Download or read book Emerging Trends in Mechanical Engineering written by L. Vijayaraghavan and published by Springer Nature. This book was released on 2019-12-11 with total page 634 pages. Available in PDF, EPUB and Kindle. Book excerpt: This book comprises select proceedings of the International Conference on Emerging Trends in Mechanical Engineering (ICETME 2018). The book covers various topics of mechanical engineering like computational fluid dynamics, heat transfer, machine dynamics, tribology, and composite materials. In addition, relevant studies in the allied fields of manufacturing, industrial and production engineering are also covered. The applications of latest tools and techniques in the context of mechanical engineering problems are discussed in this book. The contents of this book will be useful for students, researchers as well as industry professionals.

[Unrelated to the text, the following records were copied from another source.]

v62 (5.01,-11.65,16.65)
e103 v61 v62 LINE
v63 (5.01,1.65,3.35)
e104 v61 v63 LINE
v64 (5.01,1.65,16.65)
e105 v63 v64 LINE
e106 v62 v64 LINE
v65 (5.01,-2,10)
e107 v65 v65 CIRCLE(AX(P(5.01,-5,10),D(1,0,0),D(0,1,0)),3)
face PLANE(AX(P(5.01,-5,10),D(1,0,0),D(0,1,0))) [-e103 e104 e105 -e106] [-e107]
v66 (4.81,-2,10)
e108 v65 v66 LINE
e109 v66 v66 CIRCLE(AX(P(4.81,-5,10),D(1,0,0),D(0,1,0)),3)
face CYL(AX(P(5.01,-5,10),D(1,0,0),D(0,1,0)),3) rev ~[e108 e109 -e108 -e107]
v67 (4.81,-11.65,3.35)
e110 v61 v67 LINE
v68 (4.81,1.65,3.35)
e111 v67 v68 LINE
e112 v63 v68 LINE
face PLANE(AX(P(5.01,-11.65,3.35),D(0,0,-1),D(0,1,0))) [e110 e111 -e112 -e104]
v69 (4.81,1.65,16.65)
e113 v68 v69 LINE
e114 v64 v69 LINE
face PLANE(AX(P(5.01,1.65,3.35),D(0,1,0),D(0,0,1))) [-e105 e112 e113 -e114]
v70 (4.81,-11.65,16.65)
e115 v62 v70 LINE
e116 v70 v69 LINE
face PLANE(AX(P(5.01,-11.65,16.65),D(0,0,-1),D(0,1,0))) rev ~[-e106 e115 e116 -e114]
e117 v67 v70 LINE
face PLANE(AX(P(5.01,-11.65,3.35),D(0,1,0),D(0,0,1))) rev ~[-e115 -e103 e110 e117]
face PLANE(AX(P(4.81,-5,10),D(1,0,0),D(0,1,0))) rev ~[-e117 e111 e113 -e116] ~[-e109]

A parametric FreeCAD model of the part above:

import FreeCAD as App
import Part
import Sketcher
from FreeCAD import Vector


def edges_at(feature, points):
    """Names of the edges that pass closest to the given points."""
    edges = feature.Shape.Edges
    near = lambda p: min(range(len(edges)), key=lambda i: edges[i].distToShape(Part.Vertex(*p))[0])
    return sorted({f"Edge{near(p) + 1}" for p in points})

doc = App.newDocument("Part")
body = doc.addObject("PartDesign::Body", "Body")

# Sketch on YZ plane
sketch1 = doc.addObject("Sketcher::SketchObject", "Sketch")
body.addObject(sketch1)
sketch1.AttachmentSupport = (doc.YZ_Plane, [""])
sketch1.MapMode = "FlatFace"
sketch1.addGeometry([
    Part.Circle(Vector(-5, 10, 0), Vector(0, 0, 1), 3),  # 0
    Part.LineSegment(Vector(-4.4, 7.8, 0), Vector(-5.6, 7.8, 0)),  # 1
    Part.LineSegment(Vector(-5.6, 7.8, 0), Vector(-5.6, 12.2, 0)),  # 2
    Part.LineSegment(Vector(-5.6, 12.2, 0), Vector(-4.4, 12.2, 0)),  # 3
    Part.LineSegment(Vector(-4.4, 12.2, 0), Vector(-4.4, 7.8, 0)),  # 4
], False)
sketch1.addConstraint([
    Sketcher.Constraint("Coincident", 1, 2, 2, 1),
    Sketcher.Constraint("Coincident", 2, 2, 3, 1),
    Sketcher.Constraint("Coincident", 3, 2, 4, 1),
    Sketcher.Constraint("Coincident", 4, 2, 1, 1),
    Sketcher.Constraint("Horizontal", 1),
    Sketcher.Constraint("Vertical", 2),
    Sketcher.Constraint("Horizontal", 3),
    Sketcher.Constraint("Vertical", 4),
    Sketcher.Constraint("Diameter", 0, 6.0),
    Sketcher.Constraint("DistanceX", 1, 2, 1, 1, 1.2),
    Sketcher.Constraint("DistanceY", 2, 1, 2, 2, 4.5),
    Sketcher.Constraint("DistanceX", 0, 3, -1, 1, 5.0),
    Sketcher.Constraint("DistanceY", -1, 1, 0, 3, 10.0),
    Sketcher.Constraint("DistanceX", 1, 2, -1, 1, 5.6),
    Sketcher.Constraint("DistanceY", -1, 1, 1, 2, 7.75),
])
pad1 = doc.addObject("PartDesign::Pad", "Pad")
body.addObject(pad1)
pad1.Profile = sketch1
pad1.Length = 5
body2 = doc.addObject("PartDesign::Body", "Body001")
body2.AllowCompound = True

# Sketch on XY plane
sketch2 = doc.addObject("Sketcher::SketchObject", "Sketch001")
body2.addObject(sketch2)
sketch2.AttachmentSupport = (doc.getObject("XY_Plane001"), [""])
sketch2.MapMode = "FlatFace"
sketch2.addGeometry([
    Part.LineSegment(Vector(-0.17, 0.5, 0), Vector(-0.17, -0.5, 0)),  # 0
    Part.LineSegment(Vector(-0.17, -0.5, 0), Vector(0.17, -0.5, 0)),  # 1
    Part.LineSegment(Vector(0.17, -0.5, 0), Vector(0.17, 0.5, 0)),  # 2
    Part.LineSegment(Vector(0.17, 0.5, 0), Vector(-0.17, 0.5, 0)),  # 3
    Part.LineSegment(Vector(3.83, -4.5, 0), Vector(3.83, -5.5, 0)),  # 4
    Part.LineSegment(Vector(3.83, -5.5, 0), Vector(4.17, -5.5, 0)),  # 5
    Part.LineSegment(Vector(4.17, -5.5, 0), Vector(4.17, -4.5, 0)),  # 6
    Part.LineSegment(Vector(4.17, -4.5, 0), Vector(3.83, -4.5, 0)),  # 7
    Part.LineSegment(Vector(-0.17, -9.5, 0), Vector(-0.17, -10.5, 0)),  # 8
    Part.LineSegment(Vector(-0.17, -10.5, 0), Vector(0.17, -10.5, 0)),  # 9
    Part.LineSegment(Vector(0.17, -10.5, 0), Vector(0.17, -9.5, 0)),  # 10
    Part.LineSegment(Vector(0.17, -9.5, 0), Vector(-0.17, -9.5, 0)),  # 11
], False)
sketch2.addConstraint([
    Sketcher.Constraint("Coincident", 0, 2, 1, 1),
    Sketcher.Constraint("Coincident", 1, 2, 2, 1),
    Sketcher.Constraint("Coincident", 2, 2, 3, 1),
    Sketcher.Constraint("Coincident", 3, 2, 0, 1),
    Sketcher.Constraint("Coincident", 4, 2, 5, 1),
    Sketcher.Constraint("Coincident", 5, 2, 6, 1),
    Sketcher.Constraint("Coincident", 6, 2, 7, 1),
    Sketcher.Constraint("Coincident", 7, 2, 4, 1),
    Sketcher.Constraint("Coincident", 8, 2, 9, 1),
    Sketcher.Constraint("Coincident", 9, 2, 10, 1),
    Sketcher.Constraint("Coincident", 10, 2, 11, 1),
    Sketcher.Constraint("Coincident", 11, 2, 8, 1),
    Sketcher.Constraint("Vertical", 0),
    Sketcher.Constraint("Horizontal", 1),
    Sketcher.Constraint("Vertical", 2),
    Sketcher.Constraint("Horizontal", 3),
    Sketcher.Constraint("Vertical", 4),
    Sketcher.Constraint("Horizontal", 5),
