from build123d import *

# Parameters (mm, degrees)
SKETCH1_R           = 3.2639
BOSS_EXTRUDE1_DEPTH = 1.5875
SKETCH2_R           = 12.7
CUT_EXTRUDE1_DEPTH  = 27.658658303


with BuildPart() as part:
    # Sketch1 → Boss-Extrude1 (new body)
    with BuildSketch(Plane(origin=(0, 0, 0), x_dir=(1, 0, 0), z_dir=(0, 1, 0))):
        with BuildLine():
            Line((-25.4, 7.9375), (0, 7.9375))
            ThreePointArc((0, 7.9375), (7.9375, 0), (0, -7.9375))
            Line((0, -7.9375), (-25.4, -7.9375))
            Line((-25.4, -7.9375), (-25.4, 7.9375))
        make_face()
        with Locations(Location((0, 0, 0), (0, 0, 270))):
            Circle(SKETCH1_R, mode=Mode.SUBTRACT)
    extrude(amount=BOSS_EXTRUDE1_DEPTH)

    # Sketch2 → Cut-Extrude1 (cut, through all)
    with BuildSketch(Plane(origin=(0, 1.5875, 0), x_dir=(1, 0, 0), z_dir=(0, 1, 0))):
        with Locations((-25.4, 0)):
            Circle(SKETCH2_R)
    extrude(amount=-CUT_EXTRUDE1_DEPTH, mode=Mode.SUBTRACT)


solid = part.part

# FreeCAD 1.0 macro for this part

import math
import FreeCAD as App
import Part
import Sketcher
from FreeCAD import Vector
Q = App.Units.Quantity

doc = App.newDocument("Part")
body = doc.addObject("PartDesign::Body", "Body")

# Sketch on XZ plane
sketch1 = body.newObject("Sketcher::SketchObject", "Sketch")
sketch1.AttachmentSupport = (doc.getObject("XZ_Plane"), [""])
sketch1.MapMode = "FlatFace"
sketch1.addGeometry([
    Part.LineSegment(Vector(0, -7.9, 0), Vector(-25.4, -7.9, 0)),  # 0
    Part.LineSegment(Vector(-25.4, -7.9, 0), Vector(-25.4, 7.9, 0)),  # 1
    Part.LineSegment(Vector(-25.4, 7.9, 0), Vector(0, 7.9, 0)),  # 2
    Part.ArcOfCircle(Part.Circle(Vector(0, 0, 0), Vector(0, 0, 1), 7.9), math.radians(-90), math.radians(90)),  # 3
    Part.Circle(Vector(0, 0, 0), Vector(0, 0, 1), 3.3),  # 4
], False)
sketch1.addConstraint([
    Sketcher.Constraint("Coincident", 0, 2, 1, 1),
    Sketcher.Constraint("Coincident", 1, 2, 2, 1),
    Sketcher.Constraint("Tangent", 2, 2, 3, 2),
    Sketcher.Constraint("Tangent", 3, 1, 0, 1),
    Sketcher.Constraint("Horizontal", 0),
    Sketcher.Constraint("Vertical", 1),
    Sketcher.Constraint("Horizontal", 2),
    Sketcher.Constraint("Coincident", 3, 3, -1, 1),
    Sketcher.Constraint("Coincident", 4, 3, -1, 1),
    Sketcher.Constraint("DistanceX", 0, 2, 0, 1, Q("1 in")),
    Sketcher.Constraint("Diameter", 4, Q("0.257 in")),
    Sketcher.Constraint("Radius", 3, Q("0.3125 in")),
])
pad1 = body.newObject("PartDesign::Pad", "Pad")
pad1.Profile = sketch1
pad1.Length = Q("0.0625 in")
pad1.Reversed = True

# Sketch on XZ plane
sketch2 = body.newObject("Sketcher::SketchObject", "Sketch001")
sketch2.AttachmentSupport = (doc.getObject("XZ_Plane"), [""])
sketch2.MapMode = "FlatFace"
sketch2.AttachmentOffset = App.Placement(Vector(0, 0, -0.0625 * 25.4), App.Rotation())
sketch2.addGeometry(Part.Circle(Vector(-25, 0, 0), Vector(0, 0, 1), 13), False)
sketch2.addConstraint([
    Sketcher.Constraint("PointOnObject", 0, 3, -1),
    Sketcher.Constraint("Diameter", 0, Q("1 in")),
    Sketcher.Constraint("DistanceX", 0, 3, -1, 1, Q("1 in")),
])
pocket1 = body.newObject("PartDesign::Pocket", "Pocket")
pocket1.Profile = sketch2
pocket1.Type = "ThroughAll"
pocket1.Reversed = True

doc.recompute()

Download or read book Geometric and Numerical Foundations of Movements written by Jean-Paul Laumond and published by Springer. This book was released on 2017-05-02 with total page 417 pages. Available in PDF, EPUB and Kindle. Book excerpt: This book aims at gathering roboticists, control theorists, neuroscientists, and mathematicians, in order to promote a multidisciplinary research on movement analysis. It follows the workshop “ Geometric and Numerical Foundations of Movements ” held at LAAS-CNRS in Toulouse in November 2015[1]. Its objective is to lay the foundations for a mutual understanding that is essential for synergetic development in motion research. In particular, the book promotes applications to robotics --and control in general-- of new optimization techniques based on recent results from real algebraic geometry.